Album: American Colour

Label: Senufo Editions

Review date: Aug. 31, 2012




American Colour is many things. It is a 25-minute film with two intertwined parts. One part is a documentation in 16 mm-footage Bonnetta shot in 2010 as he travelled from upstate New York to Kansas in order to have one of the very last rolls of Kodachrome film developed. The other is a study of the iconic film’s saturated color palette. Blocks of solid hue in varying patterns are interspersed among the images of muted middle America in November.

American Colour is also an album (on vinyl only) that features Bonnetta’s soundtrack to his film as well as a later piece with a related mood and set-up. On the soundtrack, Bonnetta uses violin, tape loops and shortwave radio, and it’s cast as a sort of homage to the inventors of Kodachrome, who were also violinists. Bonnetta uses the instrument more for its grain and textural possibilities, mostly as a way to add thickness to the pulsing, swelling bands of misted, extended tones. Along with a DVD of the film and the LP, this release contains a monograph by Andréa Picard. In a few thousand words, she unpacks some of the historical, philosophical and aesthetic implications of Bonnetta’s work.
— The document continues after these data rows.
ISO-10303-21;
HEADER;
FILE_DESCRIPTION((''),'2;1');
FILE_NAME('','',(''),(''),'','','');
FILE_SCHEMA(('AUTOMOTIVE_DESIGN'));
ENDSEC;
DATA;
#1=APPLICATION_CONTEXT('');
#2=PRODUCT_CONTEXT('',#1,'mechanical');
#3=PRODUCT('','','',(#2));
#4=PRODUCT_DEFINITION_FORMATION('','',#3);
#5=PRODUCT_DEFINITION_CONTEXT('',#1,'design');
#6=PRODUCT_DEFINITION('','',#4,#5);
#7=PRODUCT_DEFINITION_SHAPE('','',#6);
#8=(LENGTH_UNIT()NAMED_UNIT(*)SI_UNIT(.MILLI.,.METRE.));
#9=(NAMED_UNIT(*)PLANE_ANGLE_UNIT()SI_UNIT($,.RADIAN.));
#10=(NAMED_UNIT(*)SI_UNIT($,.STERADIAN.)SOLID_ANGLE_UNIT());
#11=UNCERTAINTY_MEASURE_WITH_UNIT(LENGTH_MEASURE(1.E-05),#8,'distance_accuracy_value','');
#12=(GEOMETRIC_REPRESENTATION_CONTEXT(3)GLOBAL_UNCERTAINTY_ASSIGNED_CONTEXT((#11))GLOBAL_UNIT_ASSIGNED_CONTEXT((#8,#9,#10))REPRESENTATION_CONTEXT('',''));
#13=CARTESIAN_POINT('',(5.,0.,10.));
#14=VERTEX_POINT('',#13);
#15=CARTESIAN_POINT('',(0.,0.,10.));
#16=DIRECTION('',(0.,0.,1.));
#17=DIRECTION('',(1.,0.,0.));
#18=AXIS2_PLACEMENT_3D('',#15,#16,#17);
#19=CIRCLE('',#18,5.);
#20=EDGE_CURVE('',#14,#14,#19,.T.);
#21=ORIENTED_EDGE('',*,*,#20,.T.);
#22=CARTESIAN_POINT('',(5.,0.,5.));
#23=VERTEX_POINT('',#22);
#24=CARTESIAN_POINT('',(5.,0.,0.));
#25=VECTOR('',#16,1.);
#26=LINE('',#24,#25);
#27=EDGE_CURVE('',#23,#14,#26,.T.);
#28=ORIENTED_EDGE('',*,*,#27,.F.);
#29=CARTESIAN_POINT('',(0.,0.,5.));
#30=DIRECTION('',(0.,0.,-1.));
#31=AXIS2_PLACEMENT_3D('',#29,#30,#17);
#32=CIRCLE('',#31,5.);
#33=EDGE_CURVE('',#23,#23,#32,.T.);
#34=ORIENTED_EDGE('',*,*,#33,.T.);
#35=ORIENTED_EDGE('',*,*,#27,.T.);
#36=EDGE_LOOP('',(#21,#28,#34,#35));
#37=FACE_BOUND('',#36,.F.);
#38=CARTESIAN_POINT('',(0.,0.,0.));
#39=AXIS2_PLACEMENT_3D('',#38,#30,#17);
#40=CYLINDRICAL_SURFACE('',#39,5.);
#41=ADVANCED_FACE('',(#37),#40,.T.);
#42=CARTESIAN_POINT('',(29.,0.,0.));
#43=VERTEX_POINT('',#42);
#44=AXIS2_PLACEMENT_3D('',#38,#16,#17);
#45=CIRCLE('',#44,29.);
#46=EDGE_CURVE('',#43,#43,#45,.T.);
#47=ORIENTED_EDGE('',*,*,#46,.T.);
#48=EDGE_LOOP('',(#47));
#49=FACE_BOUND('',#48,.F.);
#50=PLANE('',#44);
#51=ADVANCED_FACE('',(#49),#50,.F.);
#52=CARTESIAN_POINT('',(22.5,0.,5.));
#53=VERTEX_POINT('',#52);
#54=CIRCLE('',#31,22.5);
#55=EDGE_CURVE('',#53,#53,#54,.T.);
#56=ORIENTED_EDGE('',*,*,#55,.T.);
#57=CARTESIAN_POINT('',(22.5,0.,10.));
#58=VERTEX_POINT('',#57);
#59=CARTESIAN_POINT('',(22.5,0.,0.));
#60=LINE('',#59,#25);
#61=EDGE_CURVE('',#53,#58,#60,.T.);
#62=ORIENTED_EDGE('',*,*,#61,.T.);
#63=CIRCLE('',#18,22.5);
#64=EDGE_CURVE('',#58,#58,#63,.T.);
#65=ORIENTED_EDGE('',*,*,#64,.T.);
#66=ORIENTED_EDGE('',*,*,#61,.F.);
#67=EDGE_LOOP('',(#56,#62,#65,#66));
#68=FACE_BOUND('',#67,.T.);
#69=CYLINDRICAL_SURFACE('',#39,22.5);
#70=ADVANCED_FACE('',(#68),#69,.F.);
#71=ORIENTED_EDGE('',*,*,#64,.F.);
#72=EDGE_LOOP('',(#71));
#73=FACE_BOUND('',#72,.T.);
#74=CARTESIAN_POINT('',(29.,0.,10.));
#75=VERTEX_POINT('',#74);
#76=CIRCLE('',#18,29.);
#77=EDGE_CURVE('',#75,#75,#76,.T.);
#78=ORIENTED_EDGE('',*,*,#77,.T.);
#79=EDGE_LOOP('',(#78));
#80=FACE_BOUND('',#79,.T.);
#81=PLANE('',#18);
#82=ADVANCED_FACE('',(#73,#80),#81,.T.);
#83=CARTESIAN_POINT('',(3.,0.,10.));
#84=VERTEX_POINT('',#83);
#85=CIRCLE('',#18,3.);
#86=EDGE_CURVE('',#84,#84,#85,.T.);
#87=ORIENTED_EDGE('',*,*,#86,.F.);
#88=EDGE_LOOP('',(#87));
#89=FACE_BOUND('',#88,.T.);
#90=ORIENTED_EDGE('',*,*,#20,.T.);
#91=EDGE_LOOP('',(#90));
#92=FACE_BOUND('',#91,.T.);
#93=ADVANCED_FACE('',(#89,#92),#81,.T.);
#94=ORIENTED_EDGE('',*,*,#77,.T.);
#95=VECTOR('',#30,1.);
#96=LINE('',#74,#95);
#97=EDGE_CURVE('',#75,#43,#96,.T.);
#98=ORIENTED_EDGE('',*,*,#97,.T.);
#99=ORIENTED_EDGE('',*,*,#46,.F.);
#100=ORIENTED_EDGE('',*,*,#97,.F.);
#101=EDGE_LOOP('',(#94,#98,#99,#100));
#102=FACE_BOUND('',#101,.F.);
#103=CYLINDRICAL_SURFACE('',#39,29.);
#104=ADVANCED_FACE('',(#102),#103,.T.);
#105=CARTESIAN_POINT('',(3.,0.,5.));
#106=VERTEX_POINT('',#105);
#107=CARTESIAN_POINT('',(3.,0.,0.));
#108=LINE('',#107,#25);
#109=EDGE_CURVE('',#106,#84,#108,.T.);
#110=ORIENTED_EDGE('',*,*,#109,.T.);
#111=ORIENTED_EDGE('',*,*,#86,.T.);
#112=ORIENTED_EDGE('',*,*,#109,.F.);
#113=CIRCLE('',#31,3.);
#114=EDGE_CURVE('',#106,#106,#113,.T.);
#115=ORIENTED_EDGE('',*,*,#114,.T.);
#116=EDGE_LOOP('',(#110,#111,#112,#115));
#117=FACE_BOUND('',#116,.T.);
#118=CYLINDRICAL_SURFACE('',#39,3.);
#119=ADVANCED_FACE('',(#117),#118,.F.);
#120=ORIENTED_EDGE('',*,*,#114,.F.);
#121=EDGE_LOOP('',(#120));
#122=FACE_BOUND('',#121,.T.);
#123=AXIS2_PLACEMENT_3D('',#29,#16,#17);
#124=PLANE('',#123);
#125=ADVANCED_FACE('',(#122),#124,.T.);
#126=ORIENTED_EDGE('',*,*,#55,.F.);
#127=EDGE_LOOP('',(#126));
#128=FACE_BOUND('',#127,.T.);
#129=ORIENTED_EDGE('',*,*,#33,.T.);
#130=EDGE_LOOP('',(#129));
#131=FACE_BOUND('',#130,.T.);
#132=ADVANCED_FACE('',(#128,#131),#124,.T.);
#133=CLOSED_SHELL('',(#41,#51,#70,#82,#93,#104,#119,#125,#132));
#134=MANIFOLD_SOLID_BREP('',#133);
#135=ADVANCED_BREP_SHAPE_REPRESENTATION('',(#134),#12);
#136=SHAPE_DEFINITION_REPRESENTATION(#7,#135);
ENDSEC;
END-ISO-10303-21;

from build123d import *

# Parameters (mm, degrees)
F0_R     = 29
F0_R_2   = 22.5
F0_R_3   = 5
F0_R_4   = 3
F1_DEPTH = 5
F2_DEPTH = 10


with BuildPart() as f1:
    # F0 (on Top) → F1 (new body)
    with BuildSketch(Plane.XY):
        Circle(F0_R)
        Circle(F0_R_2, mode=Mode.SUBTRACT)
        Circle(F0_R_2)
        Circle(F0_R_3, mode=Mode.SUBTRACT)
        Circle(F0_R_3)
        Circle(F0_R_4, mode=Mode.SUBTRACT)
        Circle(F0_R_4)
    extrude(amount=F1_DEPTH)

    # F0 (on Top) → F2 (join)
    with BuildSketch(Plane.XY):
        Circle(F0_R)
        Circle(F0_R_2, mode=Mode.SUBTRACT)
        Circle(F0_R_3)
        Circle(F0_R_4, mode=Mode.SUBTRACT)
    extrude(amount=F2_DEPTH)


solid = f1.part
Take each of these separately, or take one away, and American Colour, as a take-home artifact/experience, would be less. The flickering color patterns in the film are hypnotic and the images are captivating in their humble solitude and emptiness (hardly a single person shows up in any of the frames). But, take away the color study or the documentary images, or take away Bonnetta’s immersive soundtrack, and the film is less illuminating. Same with the sonics — without the images or the concept, the long, cyclical tones would have some of their essence drained.

But what might seem a classic case of the sum being greater the parts, is really a poignant statement on how memory works. Knowing Kodachrome’s status as the film of nostalgia, Bonnetta has avoided images that place themselves easily in time, or lend themselves to easy narratives. His focus has been on texture, light and color and how we perceive them in context. And it is this juxtaposition that moves American Colour beyond being simply a study in aesthetic principles.

The most powerful moment of the synthesis at the heart of American Colour comes about 20 minutes into the film. Bonnetta allows footage of a lightpost on a snowy night to play longer than he has other images previously. You stare at the blurry white orb of light, transfixed as the snow passes in front of it. And then, when the blocks of color resume, a dark hole appears at their center, as if that light has burned a hole through them, right onto your eye.

Because what is memory if not this kind of burning through, from the past into the present? Memories typically don’t happen on their own. They are provoked by a passing experience: a song, a phrase, a smell, a photo. We need the stimulus, as it both inspires and transforms. Each time we remember something, we experience it anew, we have a chance to learn again. Our experience and memories bleed into each other, become layers of identity. They are who we were, and who we want to be.